We were upstairs - Ruby and I - taking a nap together. When I woke up, she was hot as fire and limp as a dishrag and I had to shake her several times to wake her up. I was frantic - what was wrong? Lots of problems. First of all, she'd eaten cat food during her stay at Violet's. This made her vomit, which made her dehydrated. To make things worse, when my father brought her back from Violet's, he didn't know he was supposed to get her food, too. I checked her food and water dishes. Both were empty.

Given fluids, food, and lots of TLC, Ruby quickly recovered. Everyone made much of her and apologized and she seems OK, but I am so sorry!

I can't finish this without mentioning something that's been weighing on me heavily, even though I've had a longstanding policy of not setting down the most intimate details of my married life. Simply this: as a woman who's just given birth, I am hardly supposed to be in the mood for love, and yet I don't think I've ever felt so powerfully compelled to take Toby to bed. He feels it, too. The few moments we've taken have had a dimension to them entirely new and which I could never begin to describe, except to say that we both view our lovemaking differently having seen that life itself can come forth from our joining together. I know my body needs time to recover, but right now six weeks seems like forever.

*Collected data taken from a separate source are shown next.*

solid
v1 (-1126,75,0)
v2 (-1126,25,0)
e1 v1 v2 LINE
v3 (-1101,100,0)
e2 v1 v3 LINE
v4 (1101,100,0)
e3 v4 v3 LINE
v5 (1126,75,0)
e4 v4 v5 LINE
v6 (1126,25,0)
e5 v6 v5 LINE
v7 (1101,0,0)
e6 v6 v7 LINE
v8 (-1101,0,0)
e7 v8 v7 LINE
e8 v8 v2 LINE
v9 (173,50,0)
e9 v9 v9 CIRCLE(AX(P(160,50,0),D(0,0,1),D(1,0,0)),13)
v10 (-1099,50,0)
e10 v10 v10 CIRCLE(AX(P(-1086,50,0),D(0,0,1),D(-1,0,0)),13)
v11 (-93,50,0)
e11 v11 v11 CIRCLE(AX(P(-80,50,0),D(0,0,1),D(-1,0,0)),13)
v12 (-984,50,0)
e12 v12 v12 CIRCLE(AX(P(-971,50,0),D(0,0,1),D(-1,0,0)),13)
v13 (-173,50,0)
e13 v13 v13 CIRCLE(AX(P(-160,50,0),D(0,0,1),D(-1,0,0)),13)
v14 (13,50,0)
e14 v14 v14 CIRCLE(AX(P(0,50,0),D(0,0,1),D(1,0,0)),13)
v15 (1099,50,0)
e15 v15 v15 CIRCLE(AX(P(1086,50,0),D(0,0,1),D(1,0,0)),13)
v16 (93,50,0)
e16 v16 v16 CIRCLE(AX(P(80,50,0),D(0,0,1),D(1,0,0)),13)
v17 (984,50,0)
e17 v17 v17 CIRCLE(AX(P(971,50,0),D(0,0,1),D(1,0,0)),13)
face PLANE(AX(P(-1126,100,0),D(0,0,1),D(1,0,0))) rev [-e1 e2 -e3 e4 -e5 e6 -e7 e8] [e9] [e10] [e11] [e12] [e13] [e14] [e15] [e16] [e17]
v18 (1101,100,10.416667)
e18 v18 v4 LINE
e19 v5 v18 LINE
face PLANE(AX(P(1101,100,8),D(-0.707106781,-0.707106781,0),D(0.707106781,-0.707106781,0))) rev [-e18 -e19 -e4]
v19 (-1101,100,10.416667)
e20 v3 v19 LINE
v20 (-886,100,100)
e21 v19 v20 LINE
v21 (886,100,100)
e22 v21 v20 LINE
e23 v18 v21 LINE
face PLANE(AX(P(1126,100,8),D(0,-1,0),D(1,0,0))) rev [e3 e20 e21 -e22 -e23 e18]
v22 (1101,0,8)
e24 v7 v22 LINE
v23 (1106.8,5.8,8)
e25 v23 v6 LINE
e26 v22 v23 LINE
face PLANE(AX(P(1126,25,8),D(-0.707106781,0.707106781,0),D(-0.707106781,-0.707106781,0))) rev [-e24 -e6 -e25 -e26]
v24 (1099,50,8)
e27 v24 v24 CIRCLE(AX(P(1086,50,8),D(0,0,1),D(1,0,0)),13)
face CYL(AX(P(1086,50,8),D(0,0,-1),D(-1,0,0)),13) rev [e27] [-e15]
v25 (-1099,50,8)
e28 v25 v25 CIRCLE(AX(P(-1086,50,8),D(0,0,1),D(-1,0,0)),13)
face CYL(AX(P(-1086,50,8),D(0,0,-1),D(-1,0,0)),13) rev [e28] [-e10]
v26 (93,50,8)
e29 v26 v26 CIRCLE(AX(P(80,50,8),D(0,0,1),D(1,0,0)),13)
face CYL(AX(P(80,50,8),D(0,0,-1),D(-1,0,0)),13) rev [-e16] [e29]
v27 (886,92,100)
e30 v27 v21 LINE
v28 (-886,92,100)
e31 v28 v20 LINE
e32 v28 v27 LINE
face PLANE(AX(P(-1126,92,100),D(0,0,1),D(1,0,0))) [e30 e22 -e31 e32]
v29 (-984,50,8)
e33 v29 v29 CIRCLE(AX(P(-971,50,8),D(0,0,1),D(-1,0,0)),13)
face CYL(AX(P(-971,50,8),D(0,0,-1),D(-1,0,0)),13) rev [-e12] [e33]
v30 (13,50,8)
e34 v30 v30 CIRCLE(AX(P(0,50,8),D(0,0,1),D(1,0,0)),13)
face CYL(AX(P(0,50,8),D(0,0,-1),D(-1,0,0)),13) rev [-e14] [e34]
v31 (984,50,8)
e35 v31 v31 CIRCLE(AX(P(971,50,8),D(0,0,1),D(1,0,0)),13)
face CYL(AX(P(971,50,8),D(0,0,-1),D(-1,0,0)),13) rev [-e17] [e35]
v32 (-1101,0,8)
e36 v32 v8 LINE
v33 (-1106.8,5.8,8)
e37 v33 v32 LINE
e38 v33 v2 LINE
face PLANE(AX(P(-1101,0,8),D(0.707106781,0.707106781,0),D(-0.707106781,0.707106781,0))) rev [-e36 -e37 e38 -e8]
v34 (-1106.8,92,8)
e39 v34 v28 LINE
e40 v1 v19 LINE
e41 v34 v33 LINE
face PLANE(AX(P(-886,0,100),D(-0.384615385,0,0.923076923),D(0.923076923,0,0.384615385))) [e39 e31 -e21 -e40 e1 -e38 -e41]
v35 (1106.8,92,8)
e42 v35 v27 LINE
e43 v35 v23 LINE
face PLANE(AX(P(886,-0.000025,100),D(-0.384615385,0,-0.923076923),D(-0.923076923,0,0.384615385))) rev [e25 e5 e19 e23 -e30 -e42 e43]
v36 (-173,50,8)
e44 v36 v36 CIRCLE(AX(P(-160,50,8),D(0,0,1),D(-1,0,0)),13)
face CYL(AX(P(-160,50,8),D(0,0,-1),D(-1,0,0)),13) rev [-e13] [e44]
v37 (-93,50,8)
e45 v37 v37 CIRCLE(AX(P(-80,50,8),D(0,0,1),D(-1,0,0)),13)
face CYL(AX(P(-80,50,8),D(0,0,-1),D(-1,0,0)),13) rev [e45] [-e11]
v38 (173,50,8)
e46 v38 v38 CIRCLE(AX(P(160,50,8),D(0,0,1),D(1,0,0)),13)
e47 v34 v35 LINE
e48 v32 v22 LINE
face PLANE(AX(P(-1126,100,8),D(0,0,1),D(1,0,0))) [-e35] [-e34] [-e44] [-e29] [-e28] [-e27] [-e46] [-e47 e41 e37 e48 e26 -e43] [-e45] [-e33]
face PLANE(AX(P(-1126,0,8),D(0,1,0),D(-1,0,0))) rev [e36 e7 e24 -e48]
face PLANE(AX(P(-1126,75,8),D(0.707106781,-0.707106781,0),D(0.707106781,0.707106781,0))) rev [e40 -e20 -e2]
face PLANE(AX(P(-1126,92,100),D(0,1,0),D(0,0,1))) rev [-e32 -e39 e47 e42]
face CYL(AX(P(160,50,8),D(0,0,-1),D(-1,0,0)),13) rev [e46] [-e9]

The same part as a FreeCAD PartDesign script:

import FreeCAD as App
import Part
import Sketcher
from FreeCAD import Vector
Q = App.Units.Quantity


def edges_at(feature, points):
    """Names of the edges that pass closest to the given points."""
    edges = feature.Shape.Edges
    near = lambda p: min(range(len(edges)), key=lambda i: edges[i].distToShape(Part.Vertex(*p))[0])
    return sorted({f"Edge{near(p) + 1}" for p in points})


def add_polygon(sketch, points):
    """Adds a closed chain of lines whose ends are joined by coincident constraints."""
    first, n = sketch.GeometryCount, len(points)
    for a, b in zip(points, points[1:] + points[:1]):
        sketch.addGeometry(Part.LineSegment(App.Vector(*a, 0), App.Vector(*b, 0)), False)
    for i in range(n):
        sketch.addConstraint(Sketcher.Constraint("Coincident", first + i, 2, first + (i + 1) % n, 1))

doc = App.newDocument("Part")
body = doc.addObject("PartDesign::Body", "Body")

sketch1 = doc.addObject("Sketcher::SketchObject", "Sketch")
body.addObject(sketch1)
sketch1.AttachmentSupport = (doc.XY_Plane, [""])
sketch1.MapMode = "FlatFace"
add_polygon(sketch1, [(-1126, 100), (-1126, 0), (1126, 0), (1126, 100)])
sketch1.addGeometry(Part.Circle(Vector(-1086, 50, 0), Vector(0, 0, 1), 13), False)
sketch1.addGeometry(Part.Circle(Vector(-971, 50, 0), Vector(0, 0, 1), 13), False)
sketch1.addGeometry(Part.Circle(Vector(-160, 50, 0), Vector(0, 0, 1), 13), False)
sketch1.addGeometry(Part.Circle(Vector(-80, 50, 0), Vector(0, 0, 1), 13), False)
sketch1.addGeometry(Part.Circle(Vector(0, 50, 0), Vector(0, 0, 1), 13), False)
sketch1.addGeometry(Part.Circle(Vector(80, 50, 0), Vector(0, 0, 1), 13), False)
sketch1.addGeometry(Part.Circle(Vector(160, 50, 0), Vector(0, 0, 1), 13), False)
sketch1.addGeometry(Part.Circle(Vector(971, 50, 0), Vector(0, 0, 1), 13), False)
sketch1.addGeometry(Part.Circle(Vector(1086, 50, 0), Vector(0, 0, 1), 13), False)
sketch1.addConstraint(Sketcher.Constraint("Vertical", 0))
sketch1.addConstraint(Sketcher.Constraint("Horizontal", 1))
sketch1.addConstraint(Sketcher.Constraint("Vertical", 2))
sketch1.addConstraint(Sketcher.Constraint("Horizontal", 3))
sketch1.addConstraint(Sketcher.Constraint("Equal", 4, 5))
sketch1.addConstraint(Sketcher.Constraint("Equal", 5, 6))
sketch1.addConstraint(Sketcher.Constraint("Equal", 6, 7))
sketch1.addConstraint(Sketcher.Constraint("Equal", 7, 8))
sketch1.addConstraint(Sketcher.Constraint("Equal", 8, 9))
sketch1.addConstraint(Sketcher.Constraint("Equal", 9, 10))
sketch1.addConstraint(Sketcher.Constraint("Equal", 10, 11))
sketch1.addConstraint(Sketcher.Constraint("Equal", 11, 12))
sketch1.addConstraint(Sketcher.Constraint("Symmetric", 0, 2, 1, 2, -1, 1))
sketch1.addConstraint(Sketcher.Constraint("Symmetric", 7, 3, 9, 3, -2))
sketch1.addConstraint(Sketcher.Constraint("Symmetric", 6, 3, 10, 3, -2))
sketch1.addConstraint(Sketcher.Constraint("Symmetric", 5, 3, 11, 3, -2))
sketch1.addConstraint(Sketcher.Constraint("Symmetric", 4, 3, 12, 3, -2))
sketch1.addConstraint(Sketcher.Constraint("PointOnObject", 8, 3, -2))
sketch1.addConstraint(Sketcher.Constraint("Horizontal", 4, 3, 5, 3))
sketch1.addConstraint(Sketcher.Constraint("Horizontal", 5, 3, 6, 3))
sketch1.addConstraint(Sketcher.Constraint("Horizontal", 6, 3, 7, 3))
sketch1.addConstraint(Sketcher.Constraint("Horizontal", 7, 3, 8, 3))
sketch1.addConstraint(Sketcher.Constraint("Diameter", 4, Q("26 mm")))
sketch1.addConstraint(Sketcher.Constraint("DistanceX", 1, 1, 1, 2, Q("2252 mm")))
sketch1.addConstraint(Sketcher.Constraint("DistanceY", 0, 2, 0, 1, Q("100 mm")))
sketch1.addConstraint(Sketcher.Constraint("DistanceX", 4, 3, -1, 1, Q("1086 mm")))
sketch1.addConstraint(Sketcher.Constraint("DistanceY", -1, 1, 4, 3, Q("50 mm")))
sketch1.addConstraint(Sketcher.Constraint("DistanceX", 5, 3, -1, 1, Q("971 mm")))
sketch1.addConstraint(Sketcher.Constraint("DistanceX", 6, 3, -1, 1, Q("160 mm")))
sketch1.addConstraint(Sketcher.Constraint("DistanceX", 7, 3, -1, 1, Q("80 mm")))
pad1 = doc.addObject("PartDesign::Pad", "Pad")
body.addObject(pad1)
pad1.Profile = sketch1
pad1.Length = 8

sketch2 = doc.addObject("Sketcher::SketchObject", "Sketch001")
body.addObject(sketch2)
sketch2.AttachmentSupport = (doc.XY_Plane, [""])
sketch2.MapMode = "FlatFace"
sketch2.AttachmentOffset = App.Placement(Vector(0, 0, 8), App.Rotation())
add_polygon(sketch2, [(-1126, 100), (-1126, 92), (1126, 92), (1126, 100)])
sketch2.addConstraint(Sketcher.Constraint("Vertical", 0))
sketch2.addConstraint(Sketcher.Constraint("Horizontal", 1))
sketch2.addConstraint(Sketcher.Constraint("Vertical", 2))
sketch2.addConstraint(Sketcher.Constraint("Horizontal", 3))
sketch2.addConstraint(Sketcher.Constraint("DistanceX", 1, 1, 1, 2, Q("2252 mm")))
sketch2.addConstraint(Sketcher.Constraint("DistanceY", 0, 2, 0, 1, Q("8 mm")))
sketch2.addConstraint(Sketcher.Constraint("DistanceX", 0, 2, -1, 1, Q("1126 mm")))
sketch2.addConstraint(Sketcher.Constraint("DistanceY", -1, 1, 0, 2, Q("92 mm")))
pad2 = doc.addObject("PartDesign::Pad", "Pad001")
body.addObject(pad2)
pad2.Profile = sketch2
pad2.Length = 92
doc.recompute()

chamfer = doc.addObject("PartDesign::Chamfer", "Chamfer")
body.addObject(chamfer)
chamfer.Base = (pad2, edges_at(pad2, [(1126, 0, 4)]))
chamfer.Size = 25
doc.recompute()

chamfer2 = doc.addObject("PartDesign::Chamfer", "Chamfer001")
body.addObject(chamfer2)
chamfer2.Base = (chamfer, edges_at(chamfer, [(1126, 100, 50)]))
chamfer2.Size = 25

sketch3 = doc.addObject("Sketcher::SketchObject", "Sketch002")
body.addObject(sketch3)
sketch3.AttachmentSupport = (doc.XZ_Plane, [""])
sketch3.MapMode = "FlatFace"
sketch3.AttachmentOffset = App.Placement(Vector(0, 0, -100), App.Rotation())
add_polygon(sketch3, [(1126, 0), (886, 100), (1126, 100)])
sketch3.addConstraint(Sketcher.Constraint("Horizontal", 1))
sketch3.addConstraint(Sketcher.Constraint("Vertical", 2))
sketch3.addConstraint(Sketcher.Constraint("PointOnObject", 2, 2, -1))
sketch3.addConstraint(Sketcher.Constraint("DistanceX", 1, 1, 1, 2, Q("240 mm")))
sketch3.addConstraint(Sketcher.Constraint("DistanceY", 2, 2, 2, 1, Q("100 mm")))
sketch3.addConstraint(Sketcher.Constraint("DistanceX", -1, 1, 0, 2, Q("886 mm")))
pocket1 = doc.addObject("PartDesign::Pocket", "Pocket")
body.addObject(pocket1)
pocket1.Profile = sketch3
pocket1.Type = "ThroughAll"
pocket1.Reversed = True
doc.recompute()

chamfer3 = doc.addObject("PartDesign::Chamfer", "Chamfer002")
body.addObject(chamfer3)
chamfer3.Base = (pocket1, edges_at(pocket1, [(-1126, 0, 4)]))
chamfer3.Size = 25
doc.recompute()

chamfer4 = doc.addObject("PartDesign::Chamfer", "Chamfer003")
body.addObject(chamfer4)
chamfer4.Base = (chamfer3, edges_at(chamfer3, [(-1126, 100, 50)]))
chamfer4.Size = 25
doc.recompute()

mirrored = doc.addObject("PartDesign::Mirrored", "Mirrored")
body.addObject(mirrored)
mirrored.Originals = [pocket1]
mirrored.MirrorPlane = (doc.YZ_Plane, [""])
body.Tip = mirrored

doc.recompute()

Friday night. First Sabbath. Three candles instead of the pair I've always kindled on this night, and it's astonishing how much light is added by this one tiny flame. And for the first time Toby says the Friday night blessing for the children. For a girl, it's May God make you like Sarah, Rebecca, Rachel and Leah. Quite straightforward but I don't think I've ever been so moved by any ritual of the faith that chose me.

Days and nights. The hardest work I've ever done in my life. So different, though, when it's for the right reason. For her.